Data from the National Health and Nutrition Examination Survey indicates that only 40% of Americans ate the recommended five or more servings of fruits and vegetables per day. The standard American diet is typically characterized by a high intake of:
- Saturated Fat
- Red Meat
- Refined Grains
- Sugar
It is lower in nutrients and also low in essential fats, which are critical for healthy cardiovascular function, inflammatory balance and cognitive support. Essential fats include:
- Omega-3 fatty acids: fish, flaxseed and walnuts
- Omega-6 fatty acids: vegetable oils, grains and seeds
Americans typically consume a diet that has a ratio of 10:1 omega-6 to omega-3 fatty acids. Research indicates that an optimal ratio is closer to 3:1.
Consuming a balanced diet that meets the recommended servings of fruits, vegetables, whole grains, essential fatty acids and lean sources of protein still may not ensure ample nutrient intake due to changes in our food supply. A recent comparison study evaluated potential changes in the average nutrient content of 43 fruits and vegetables between 1950 and 1999 and found the following results:
- 6% decrease in protein
- 16% decrease in calcium
- 9% decrease in phosphorus
- 15% decrease in iron
- 38% decrease in riboflavin
- 20% decrease in ascorbic acid
Why is our food getting less nutritious? Here are a few of the top reasons:
Genetic selection – modern fruits and vegetables are genetically selected, and in some cases modified, for shelf life, high yield or other growth characteristics rather than their ability to extract or synthesize nutrients from the environment
Atmospheric CO2 – an increased level of CO2 in the atmosphere, due to pollution, decreases the nitrogen, potassium, magnesium and protein content of plants.

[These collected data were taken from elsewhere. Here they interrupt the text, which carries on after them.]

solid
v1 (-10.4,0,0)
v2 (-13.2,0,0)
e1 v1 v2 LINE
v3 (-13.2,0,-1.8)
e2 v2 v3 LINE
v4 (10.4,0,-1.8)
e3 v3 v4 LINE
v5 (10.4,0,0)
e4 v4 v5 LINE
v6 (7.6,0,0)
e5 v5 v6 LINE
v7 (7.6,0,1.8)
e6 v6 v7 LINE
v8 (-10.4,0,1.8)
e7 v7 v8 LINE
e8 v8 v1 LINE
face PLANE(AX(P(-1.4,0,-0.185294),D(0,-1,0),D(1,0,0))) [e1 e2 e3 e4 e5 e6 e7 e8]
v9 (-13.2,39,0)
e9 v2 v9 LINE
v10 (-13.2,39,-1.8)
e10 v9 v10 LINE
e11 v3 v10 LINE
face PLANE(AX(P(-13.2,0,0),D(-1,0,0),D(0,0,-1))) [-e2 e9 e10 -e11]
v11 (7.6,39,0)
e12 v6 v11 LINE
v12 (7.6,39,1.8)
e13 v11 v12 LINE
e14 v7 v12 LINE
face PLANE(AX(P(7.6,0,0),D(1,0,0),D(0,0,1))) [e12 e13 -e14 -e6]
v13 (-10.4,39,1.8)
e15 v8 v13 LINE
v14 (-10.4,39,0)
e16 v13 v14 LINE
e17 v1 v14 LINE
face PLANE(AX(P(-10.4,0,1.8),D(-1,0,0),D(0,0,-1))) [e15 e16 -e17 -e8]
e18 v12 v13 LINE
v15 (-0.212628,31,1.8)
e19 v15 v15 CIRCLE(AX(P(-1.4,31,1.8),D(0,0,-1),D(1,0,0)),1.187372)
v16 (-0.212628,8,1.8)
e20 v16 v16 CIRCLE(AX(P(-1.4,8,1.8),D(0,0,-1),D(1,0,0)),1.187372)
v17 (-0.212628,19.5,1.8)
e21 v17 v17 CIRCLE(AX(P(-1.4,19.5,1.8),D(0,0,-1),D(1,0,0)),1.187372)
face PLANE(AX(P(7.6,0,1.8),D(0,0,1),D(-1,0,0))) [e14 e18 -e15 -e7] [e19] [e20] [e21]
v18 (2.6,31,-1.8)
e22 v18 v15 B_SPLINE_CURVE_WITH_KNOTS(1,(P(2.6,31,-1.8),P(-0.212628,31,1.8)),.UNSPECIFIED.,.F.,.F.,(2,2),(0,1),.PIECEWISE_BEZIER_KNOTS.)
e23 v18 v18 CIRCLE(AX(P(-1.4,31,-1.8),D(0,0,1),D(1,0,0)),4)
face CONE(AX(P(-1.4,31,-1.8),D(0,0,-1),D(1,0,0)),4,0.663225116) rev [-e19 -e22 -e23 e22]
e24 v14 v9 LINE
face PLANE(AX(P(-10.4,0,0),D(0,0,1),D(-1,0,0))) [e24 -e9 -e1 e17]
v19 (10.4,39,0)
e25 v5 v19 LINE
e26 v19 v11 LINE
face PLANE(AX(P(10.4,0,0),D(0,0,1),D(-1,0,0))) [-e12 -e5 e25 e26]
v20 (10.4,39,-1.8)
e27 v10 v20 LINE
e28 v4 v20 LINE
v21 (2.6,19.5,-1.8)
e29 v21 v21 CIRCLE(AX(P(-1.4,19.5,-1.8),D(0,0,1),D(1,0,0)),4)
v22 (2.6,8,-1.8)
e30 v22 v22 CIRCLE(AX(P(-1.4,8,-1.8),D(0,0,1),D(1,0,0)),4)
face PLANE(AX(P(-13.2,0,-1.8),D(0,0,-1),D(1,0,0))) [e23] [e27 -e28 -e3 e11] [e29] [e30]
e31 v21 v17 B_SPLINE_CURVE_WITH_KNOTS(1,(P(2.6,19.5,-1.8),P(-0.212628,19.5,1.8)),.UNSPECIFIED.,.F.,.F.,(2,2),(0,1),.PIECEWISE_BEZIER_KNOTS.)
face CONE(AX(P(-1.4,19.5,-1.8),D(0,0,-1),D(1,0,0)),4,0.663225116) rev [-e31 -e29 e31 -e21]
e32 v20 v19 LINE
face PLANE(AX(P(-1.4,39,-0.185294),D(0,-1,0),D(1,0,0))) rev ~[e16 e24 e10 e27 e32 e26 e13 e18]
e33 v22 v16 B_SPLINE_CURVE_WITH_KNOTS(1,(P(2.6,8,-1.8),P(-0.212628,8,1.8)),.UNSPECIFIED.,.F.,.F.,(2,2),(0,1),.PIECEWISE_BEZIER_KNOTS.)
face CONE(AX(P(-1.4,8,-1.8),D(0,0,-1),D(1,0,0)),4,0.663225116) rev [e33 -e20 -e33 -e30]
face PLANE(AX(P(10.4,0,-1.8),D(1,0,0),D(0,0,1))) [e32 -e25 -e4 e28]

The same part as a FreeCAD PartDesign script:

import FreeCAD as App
import Part
import Sketcher
Q = App.Units.Quantity

doc = App.newDocument("Part")
params = doc.addObject("Spreadsheet::Sheet", "Params")
for row, (alias, value) in enumerate([
    ("sketch1_width", "18 mm"),
    ("sketch1_width2", "2.8 mm"),
    ("sketch1_height", "1.8 mm"),
    ("pad1_length", "39 mm"),
    ("sketch2_diameter", "8 mm"),
    ("pocket1_taper", "-38 deg"),
], start=1):
    params.set(f"A{row}", alias)
    params.set(f"B{row}", "=" + value)
    params.setAlias(f"B{row}", alias)

body = doc.addObject("PartDesign::Body", "Body")

sketch1 = body.newObject("Sketcher::SketchObject", "Sketch")
sketch1.AttachmentSupport = (doc.getObject("XZ_Plane"), [""])
sketch1.MapMode = "FlatFace"
sketch1.addGeometry([
    Part.LineSegment(App.Vector(7.6, 1.8, 0), App.Vector(-10.4, 1.8, 0)),
    Part.LineSegment(App.Vector(-10.4, 1.8, 0), App.Vector(-10.4, 0, 0)),
    Part.LineSegment(App.Vector(-10.4, 0, 0), App.Vector(-13.2, 0, 0)),
    Part.LineSegment(App.Vector(-13.2, 0, 0), App.Vector(-13.2, -1.8, 0)),
    Part.LineSegment(App.Vector(-13.2, -1.8, 0), App.Vector(10.4, -1.8, 0)),
    Part.LineSegment(App.Vector(10.4, -1.8, 0), App.Vector(10.4, 0, 0)),
    Part.LineSegment(App.Vector(10.4, 0, 0), App.Vector(7.6, 0, 0)),
    Part.LineSegment(App.Vector(7.6, 0, 0), App.Vector(7.6, 1.8, 0)),
], False)
sketch1.addConstraint([
    Sketcher.Constraint("Coincident", 0, 2, 1, 1),
    Sketcher.Constraint("Coincident", 1, 2, 2, 1),
    Sketcher.Constraint("Coincident", 2, 2, 3, 1),
    Sketcher.Constraint("Coincident", 3, 2, 4, 1),
    Sketcher.Constraint("Coincident", 4, 2, 5, 1),
    Sketcher.Constraint("Coincident", 5, 2, 6, 1),
    Sketcher.Constraint("Coincident", 6, 2, 7, 1),
    Sketcher.Constraint("Coincident", 7, 2, 0, 1),
    Sketcher.Constraint("Horizontal", 0),
    Sketcher.Constraint("Vertical", 1),
    Sketcher.Constraint("Horizontal", 2),
    Sketcher.Constraint("Vertical", 3),
    Sketcher.Constraint("Horizontal", 4),
    Sketcher.Constraint("Vertical", 5),
    Sketcher.Constraint("Horizontal", 6),
    Sketcher.Constraint("Vertical", 7),
    Sketcher.Constraint("Symmetric", 0, 2, 4, 2, -1, 1),
    Sketcher.Constraint("PointOnObject", 1, 2, -1),
    Sketcher.Constraint("PointOnObject", 5, 2, -1),
    Sketcher.Constraint("Equal", 2, 6),
    Sketcher.Constraint("DistanceX", 0, 2, 0, 1, Q("18 mm")),
    Sketcher.Constraint("DistanceX", 2, 2, 2, 1, Q("2.8 mm")),
    Sketcher.Constraint("DistanceY", 1, 2, 1, 1, Q("1.8 mm")),
])
sketch1.setExpression("Constraints[20]", "Params.sketch1_width")
sketch1.setExpression("Constraints[21]", "Params.sketch1_width2")
sketch1.setExpression("Constraints[22]", "Params.sketch1_height")
pad1 = body.newObject("PartDesign::Pad", "Pad")
pad1.Profile = sketch1
pad1.setExpression("Length", "Params.pad1_length")
pad1.Reversed = True

sketch2 = body.newObject("Sketcher::SketchObject", "Sketch001")
sketch2.AttachmentSupport = (doc.getObject("XY_Plane"), [""])
sketch2.MapMode = "FlatFace"
sketch2.AttachmentOffset = App.Placement(App.Vector(0, 0, -1.8), App.Rotation())
sketch2.addGeometry([
    Part.Circle(App.Vector(-1.4, 31, 0), App.Vector(0, 0, 1), 4),
    Part.Circle(App.Vector(-1.4, 19.5, 0), App.Vector(0, 0, 1), 4),
    Part.Circle(App.Vector(-1.4, 8, 0), App.Vector(0, 0, 1), 4),
], False)
sketch2.addConstraint([
    Sketcher.Constraint("Equal", 0, 1),
    Sketcher.Constraint("Equal", 1, 2),
    Sketcher.Constraint("Vertical", 0, 3, 1, 3),
    Sketcher.Constraint("Vertical", 1, 3, 2, 3),
    Sketcher.Constraint("Diameter", 0, Q("8 mm")),
    Sketcher.Constraint("DistanceY", -1, 1, 0, 3, Q("31 mm")),
    Sketcher.Constraint("DistanceY", -1, 1, 2, 3, Q("8 mm")),
    Sketcher.Constraint("DistanceX", 0, 3, -1, 1, Q("1.4 mm")),
    Sketcher.Constraint("DistanceY", -1, 1, 1, 3, Q("19.5 mm")),
])
sketch2.setExpression("Constraints[4]", "Params.sketch2_diameter")
pocket1 = body.newObject("PartDesign::Pocket", "Pocket")
pocket1.Profile = sketch2
pocket1.Type = "ThroughAll"
pocket1.Reversed = True
pocket1.setExpression("TaperAngle", "Params.pocket1_taper")

doc.recompute()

Fertilization quality – fertilization of the soil with isolated key nutrients such as nitrogen, phosphorus, and potassium, as opposed to more comprehensive fertilizers, can alter the composition of plants and lead to nutrient losses.

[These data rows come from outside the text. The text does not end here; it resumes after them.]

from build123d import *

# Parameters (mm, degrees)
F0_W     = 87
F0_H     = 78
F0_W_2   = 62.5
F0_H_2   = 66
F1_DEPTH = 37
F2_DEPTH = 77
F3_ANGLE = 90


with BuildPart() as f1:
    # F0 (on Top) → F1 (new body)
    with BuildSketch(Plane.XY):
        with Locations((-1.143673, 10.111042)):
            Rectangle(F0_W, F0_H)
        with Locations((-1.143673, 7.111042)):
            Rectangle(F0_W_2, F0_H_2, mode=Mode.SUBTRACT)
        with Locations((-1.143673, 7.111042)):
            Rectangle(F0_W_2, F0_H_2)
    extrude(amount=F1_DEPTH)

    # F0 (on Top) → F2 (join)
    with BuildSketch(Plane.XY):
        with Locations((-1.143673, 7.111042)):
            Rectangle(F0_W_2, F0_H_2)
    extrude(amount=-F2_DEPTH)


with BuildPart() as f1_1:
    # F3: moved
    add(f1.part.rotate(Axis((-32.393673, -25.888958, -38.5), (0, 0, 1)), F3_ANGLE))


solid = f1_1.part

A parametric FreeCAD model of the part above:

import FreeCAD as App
import Part
import Sketcher

V = App.Vector


def add_polygon(sketch, points):
    """Adds a closed chain of lines whose ends are joined by coincident constraints."""
    first, n = sketch.GeometryCount, len(points)
    for a, b in zip(points, points[1:] + points[:1]):
        sketch.addGeometry(Part.LineSegment(App.Vector(*a, 0), App.Vector(*b, 0)), False)
    for i in range(n):
        sketch.addConstraint(Sketcher.Constraint("Coincident", first + i, 2, first + (i + 1) % n, 1))

doc = App.newDocument("Part")
body = doc.addObject("PartDesign::Body", "Body")

# Sketch on XY plane
sketch1 = body.newObject("Sketcher::SketchObject", "Sketch")
sketch1.AttachmentSupport = (doc.getObject("XY_Plane"), [""])
sketch1.MapMode = "FlatFace"
add_polygon(sketch1, [(-44.643673, 49.111042), (-44.643673, -28.888958), (42.356327, -28.888958), (42.356327, 49.111042)])  # lines 0-3
sketch1.addConstraint([
    Sketcher.Constraint("Vertical", 0),
    Sketcher.Constraint("Horizontal", 1),
    Sketcher.Constraint("Vertical", 2),
    Sketcher.Constraint("Horizontal", 3),
    Sketcher.Constraint("DistanceX", 1, 1, 1, 2, 87.0),
    Sketcher.Constraint("DistanceY", 0, 2, 0, 1, 78.0),
    Sketcher.Constraint("DistanceY", -1, 1, 2, 2, 49.111042),
    Sketcher.Constraint("DistanceX", 0, 2, -1, 1, 44.643673),
])
pad1 = body.newObject("PartDesign::Pad", "Pad")
pad1.Profile = sketch1
pad1.Length = 37

# Sketch on XY plane
sketch2 = body.newObject("Sketcher::SketchObject", "Sketch001")
sketch2.AttachmentSupport = (doc.getObject("XY_Plane"), [""])
sketch2.MapMode = "FlatFace"
add_polygon(sketch2, [(-32.393673, 40.111042), (-32.393673, -25.888958), (30.106327, -25.888958), (30.106327, 40.111042)])  # lines 0-3
sketch2.addConstraint([
    Sketcher.Constraint("Vertical", 0),
    Sketcher.Constraint("Horizontal", 1),
    Sketcher.Constraint("Vertical", 2),
    Sketcher.Constraint("Horizontal", 3),
    Sketcher.Constraint("DistanceY", 0, 2, 0, 1, 66.0),
    Sketcher.Constraint("DistanceX", 1, 1, 1, 2, 62.5),
    Sketcher.Constraint("DistanceY", -1, 1, 2, 2, 40.111042),
    Sketcher.Constraint("DistanceX", 0, 2, -1, 1, 32.393673),
])
pad2 = body.newObject("PartDesign::Pad", "Pad001")
pad2.Profile = sketch2
pad2.Length = 77
pad2.Reversed = True
body2 = doc.addObject("PartDesign::Body", "Body001")
doc.recompute()

body.Placement = App.Placement(V(-58.282631, 6.504715, 0), App.Rotation(V(0, 0, 1), 90))
boolean = body2.newObject("PartDesign::Boolean", "Boolean")
boolean.Type = "Fuse"
boolean.addObjects([body])

doc.recompute()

Don’t worry! While these facts may be frightening, you can combat the world’s food quality situation through following some simple guidelines.

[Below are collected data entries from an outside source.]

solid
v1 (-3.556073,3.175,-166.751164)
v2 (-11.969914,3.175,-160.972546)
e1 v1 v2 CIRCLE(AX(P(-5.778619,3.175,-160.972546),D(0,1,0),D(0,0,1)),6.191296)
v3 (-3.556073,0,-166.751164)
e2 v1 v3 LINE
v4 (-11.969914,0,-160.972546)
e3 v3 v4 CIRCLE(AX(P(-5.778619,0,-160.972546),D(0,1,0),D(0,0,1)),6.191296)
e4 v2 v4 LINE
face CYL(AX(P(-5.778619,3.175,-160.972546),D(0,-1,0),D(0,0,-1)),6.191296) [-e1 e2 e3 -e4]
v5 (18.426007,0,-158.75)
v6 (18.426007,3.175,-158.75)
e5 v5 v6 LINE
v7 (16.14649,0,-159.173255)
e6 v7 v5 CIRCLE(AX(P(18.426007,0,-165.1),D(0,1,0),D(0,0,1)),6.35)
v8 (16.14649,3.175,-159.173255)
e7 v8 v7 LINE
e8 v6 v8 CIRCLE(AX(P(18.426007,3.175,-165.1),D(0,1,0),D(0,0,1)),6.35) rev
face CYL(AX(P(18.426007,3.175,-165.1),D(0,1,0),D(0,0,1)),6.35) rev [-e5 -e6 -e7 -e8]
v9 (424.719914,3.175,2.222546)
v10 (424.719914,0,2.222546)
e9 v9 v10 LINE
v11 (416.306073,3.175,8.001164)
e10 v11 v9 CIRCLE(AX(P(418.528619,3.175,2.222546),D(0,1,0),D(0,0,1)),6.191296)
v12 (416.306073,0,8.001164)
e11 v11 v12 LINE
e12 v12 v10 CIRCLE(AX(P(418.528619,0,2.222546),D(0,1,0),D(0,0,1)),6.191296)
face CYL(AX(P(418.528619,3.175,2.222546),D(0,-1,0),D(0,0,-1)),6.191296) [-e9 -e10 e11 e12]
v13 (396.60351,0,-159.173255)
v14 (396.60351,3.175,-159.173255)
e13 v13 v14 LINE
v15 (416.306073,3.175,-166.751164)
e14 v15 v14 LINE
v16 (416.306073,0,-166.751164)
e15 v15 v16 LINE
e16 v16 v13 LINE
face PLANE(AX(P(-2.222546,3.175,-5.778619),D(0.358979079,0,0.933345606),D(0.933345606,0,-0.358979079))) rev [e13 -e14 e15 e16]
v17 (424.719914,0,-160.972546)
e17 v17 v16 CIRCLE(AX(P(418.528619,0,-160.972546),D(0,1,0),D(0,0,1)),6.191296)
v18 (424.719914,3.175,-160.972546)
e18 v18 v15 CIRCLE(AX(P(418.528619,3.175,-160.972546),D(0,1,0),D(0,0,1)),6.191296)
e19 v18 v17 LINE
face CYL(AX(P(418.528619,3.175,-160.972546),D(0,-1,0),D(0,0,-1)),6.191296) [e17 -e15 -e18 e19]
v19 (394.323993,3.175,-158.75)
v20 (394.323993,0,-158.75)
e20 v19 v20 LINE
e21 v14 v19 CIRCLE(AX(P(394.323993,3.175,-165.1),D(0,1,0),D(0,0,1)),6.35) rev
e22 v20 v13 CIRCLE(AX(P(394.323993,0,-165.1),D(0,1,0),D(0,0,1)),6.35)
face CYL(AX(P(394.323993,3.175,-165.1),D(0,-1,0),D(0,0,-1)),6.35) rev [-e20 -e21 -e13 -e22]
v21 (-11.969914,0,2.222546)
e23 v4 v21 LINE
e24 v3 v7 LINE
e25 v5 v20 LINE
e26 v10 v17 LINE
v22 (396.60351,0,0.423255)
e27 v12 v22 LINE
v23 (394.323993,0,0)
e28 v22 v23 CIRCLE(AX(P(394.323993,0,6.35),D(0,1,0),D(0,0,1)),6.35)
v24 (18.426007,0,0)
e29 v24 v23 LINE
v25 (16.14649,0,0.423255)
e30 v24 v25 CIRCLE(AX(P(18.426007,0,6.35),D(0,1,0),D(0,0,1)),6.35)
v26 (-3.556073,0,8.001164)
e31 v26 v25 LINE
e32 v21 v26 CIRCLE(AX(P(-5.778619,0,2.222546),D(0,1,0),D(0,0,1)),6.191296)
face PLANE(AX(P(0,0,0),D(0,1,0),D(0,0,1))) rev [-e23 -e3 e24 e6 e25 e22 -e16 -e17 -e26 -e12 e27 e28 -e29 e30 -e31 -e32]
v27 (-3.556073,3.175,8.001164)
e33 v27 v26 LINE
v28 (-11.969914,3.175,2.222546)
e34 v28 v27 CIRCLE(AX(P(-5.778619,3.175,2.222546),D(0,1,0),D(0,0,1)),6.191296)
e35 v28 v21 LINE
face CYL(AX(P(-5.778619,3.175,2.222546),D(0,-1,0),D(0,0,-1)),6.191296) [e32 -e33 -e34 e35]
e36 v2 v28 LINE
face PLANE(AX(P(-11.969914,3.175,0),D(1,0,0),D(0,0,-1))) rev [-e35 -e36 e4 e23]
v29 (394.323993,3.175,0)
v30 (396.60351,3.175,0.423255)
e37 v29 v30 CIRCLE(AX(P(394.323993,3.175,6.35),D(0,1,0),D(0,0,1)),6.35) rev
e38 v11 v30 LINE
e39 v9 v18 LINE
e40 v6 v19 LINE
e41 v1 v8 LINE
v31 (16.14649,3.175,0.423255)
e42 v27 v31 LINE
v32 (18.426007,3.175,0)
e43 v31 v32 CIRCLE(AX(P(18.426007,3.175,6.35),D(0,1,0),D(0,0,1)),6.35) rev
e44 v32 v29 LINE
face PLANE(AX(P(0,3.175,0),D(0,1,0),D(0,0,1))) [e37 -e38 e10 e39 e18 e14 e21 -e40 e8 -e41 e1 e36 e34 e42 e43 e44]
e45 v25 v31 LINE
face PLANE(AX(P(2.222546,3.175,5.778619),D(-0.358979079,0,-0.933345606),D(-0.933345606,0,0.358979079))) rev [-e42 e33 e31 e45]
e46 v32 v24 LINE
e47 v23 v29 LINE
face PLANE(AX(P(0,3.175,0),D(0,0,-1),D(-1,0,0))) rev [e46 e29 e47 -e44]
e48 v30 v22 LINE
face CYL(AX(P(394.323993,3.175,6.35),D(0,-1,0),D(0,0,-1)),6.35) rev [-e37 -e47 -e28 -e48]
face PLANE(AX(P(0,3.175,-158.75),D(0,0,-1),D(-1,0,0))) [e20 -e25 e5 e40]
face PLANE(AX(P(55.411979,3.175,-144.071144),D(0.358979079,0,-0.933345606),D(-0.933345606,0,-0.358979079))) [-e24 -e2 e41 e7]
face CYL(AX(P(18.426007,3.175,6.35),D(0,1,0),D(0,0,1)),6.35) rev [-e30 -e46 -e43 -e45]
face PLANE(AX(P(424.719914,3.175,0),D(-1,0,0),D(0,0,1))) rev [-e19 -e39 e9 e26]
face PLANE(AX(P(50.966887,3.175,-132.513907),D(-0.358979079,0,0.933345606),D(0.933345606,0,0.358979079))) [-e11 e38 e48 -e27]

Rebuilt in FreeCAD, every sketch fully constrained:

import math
import FreeCAD as App
import Part
import Sketcher
from FreeCAD import Vector
Q = App.Units.Quantity


def edges_at(feature, points):
    """Names of the edges that pass closest to the given points."""
    edges = feature.Shape.Edges
    near = lambda p: min(range(len(edges)), key=lambda i: edges[i].distToShape(Part.Vertex(*p))[0])
    return sorted({f"Edge{near(p) + 1}" for p in points})

doc = App.newDocument("Part")
body = doc.addObject("PartDesign::Body", "Body")

# Sketch on XZ plane
sketch1 = body.newObject("Sketcher::SketchObject", "Sketch")
sketch1.AttachmentSupport = (doc.getObject("XZ_Plane"), [""])
sketch1.MapMode = "FlatFace"
sketch1.addGeometry([
    Part.LineSegment(Vector(-4, 8, 0), Vector(17, 0, 0)),  # 0
    Part.LineSegment(Vector(17, 0, 0), Vector(396, 0, 0)),  # 1
    Part.LineSegment(Vector(396, 0, 0), Vector(416, 8, 0)),  # 2
    Part.ArcOfCircle(Part.Circle(Vector(419, 2, 0), Vector(0, 0, 1), 6), math.radians(0), math.radians(111)),  # 3
    Part.LineSegment(Vector(425, 2, 0), Vector(425, -161, 0)),  # 4
    Part.ArcOfCircle(Part.Circle(Vector(419, -161, 0), Vector(0, 0, 1), 6), math.radians(-111), math.radians(0)),  # 5
    Part.LineSegment(Vector(416, -167, 0), Vector(396, -159, 0)),  # 6
    Part.LineSegment(Vector(396, -159, 0), Vector(17, -159, 0)),  # 7
    Part.LineSegment(Vector(17, -159, 0), Vector(-4, -167, 0)),  # 8
    Part.ArcOfCircle(Part.Circle(Vector(-6, -161, 0), Vector(0, 0, 1), 6), math.radians(180), math.radians(291)),  # 9
    Part.LineSegment(Vector(-12, -161, 0), Vector(-12, 2, 0)),  # 10
    Part.ArcOfCircle(Part.Circle(Vector(-6, 2, 0), Vector(0, 0, 1), 6), math.radians(69), math.radians(180)),  # 11
], False)
sketch1.addConstraint([
    Sketcher.Constraint("Coincident", 0, 2, 1, 1),
    Sketcher.Constraint("Coincident", 1, 2, 2, 1),
    Sketcher.Constraint("Tangent", 2, 2, 3, 2),
    Sketcher.Constraint("Tangent", 3, 1, 4, 1),
    Sketcher.Constraint("Tangent", 4, 2, 5, 2),
    Sketcher.Constraint("Tangent", 5, 1, 6, 1),
    Sketcher.Constraint("Coincident", 6, 2, 7, 1),
    Sketcher.Constraint("Coincident", 7, 2, 8, 1),
    Sketcher.Constraint("Tangent", 8, 2, 9, 2),
    Sketcher.Constraint("Tangent", 9, 1, 10, 1),
    Sketcher.Constraint("Tangent", 10, 2, 11, 2),
    Sketcher.Constraint("Tangent", 11, 1, 0, 1),
    Sketcher.Constraint("Horizontal", 1),
    Sketcher.Constraint("Vertical", 4),
    Sketcher.Constraint("Horizontal", 7),
    Sketcher.Constraint("Vertical", 10),
    Sketcher.Constraint("Equal", 3, 5),
    Sketcher.Constraint("Equal", 5, 9),
    Sketcher.Constraint("Equal", 9, 11),
    Sketcher.Constraint("PointOnObject", 0, 2, -1),
    Sketcher.Constraint("Parallel", 0, 6),
    Sketcher.Constraint("Parallel", 2, 8),
    Sketcher.Constraint("Horizontal", 5, 3, 9, 3),
    Sketcher.Constraint("Horizontal", 3, 3, 11, 3),
    Sketcher.Constraint("Horizontal", 5, 1, 8, 2),
    Sketcher.Constraint("Vertical", 1, 2, 6, 2),
    Sketcher.Constraint("DistanceY", 6, 2, -1, 1, Q("6.25 in")),
    Sketcher.Constraint("Radius", 3, 6.191296),
    Sketcher.Constraint("DistanceY", 4, 2, 4, 1, 163.195091),
    Sketcher.Constraint("DistanceX", 1, 1, 1, 2, 378.256092),
    Sketcher.Constraint("DistanceX", -1, 1, 3, 3, 418.528619),
    Sketcher.Constraint("DistanceX", 9, 3, -1, 1, 5.778619),
])
pad1 = body.newObject("PartDesign::Pad", "Pad")
pad1.Profile = sketch1
pad1.Length = Q("0.125 in")
pad1.Reversed = True
doc.recompute()

fillet = body.newObject("PartDesign::Fillet", "Fillet")
fillet.Base = (pad1, edges_at(pad1, [
    (17.247, 1.587, -158.75),
    (395.503, 1.587, -158.75),
    (395.503, 1.587, 0),
    (17.247, 1.587, 0),
]))
fillet.Radius = Q("0.25 in")

doc.recompute()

Choose nutrient dense foods. Whole grains and brightly colored fruits and vegetables typically have high nutrient levels. Choosing lean, free-range sources of protein and fat, as well as organic foods is also important.
Preserve nutrients during cooking. Avoid overcooking food to optimize nutrition retention. Whether baking, grilling, or steaming, fruits and vegetables should still be colorful and slightly crisp when consumed.
Buy fresh local foods. Reducing the amount of time foods are in storage or transit helps to preserve the naturally occurring nutrients in food. Less transit also means less CO2 generated in the atmosphere.
Take high quality nutritional supplements. Choose a high quality, hypo-allergenic nutritional supplement brand that is free of fillers, coatings, binders, allergens, artificial colors, preservatives, hydrogenated oils or other excipients. These undesirable ingredients can diminish the bioavailability or health-promoting potential of the nutrients. Unlike foods, supplements also have the benefit of providing consistent levels of vitamins and minerals. For specific health concerns, it is important to choose supplements that reflect active ingredients and dosage levels used in studies.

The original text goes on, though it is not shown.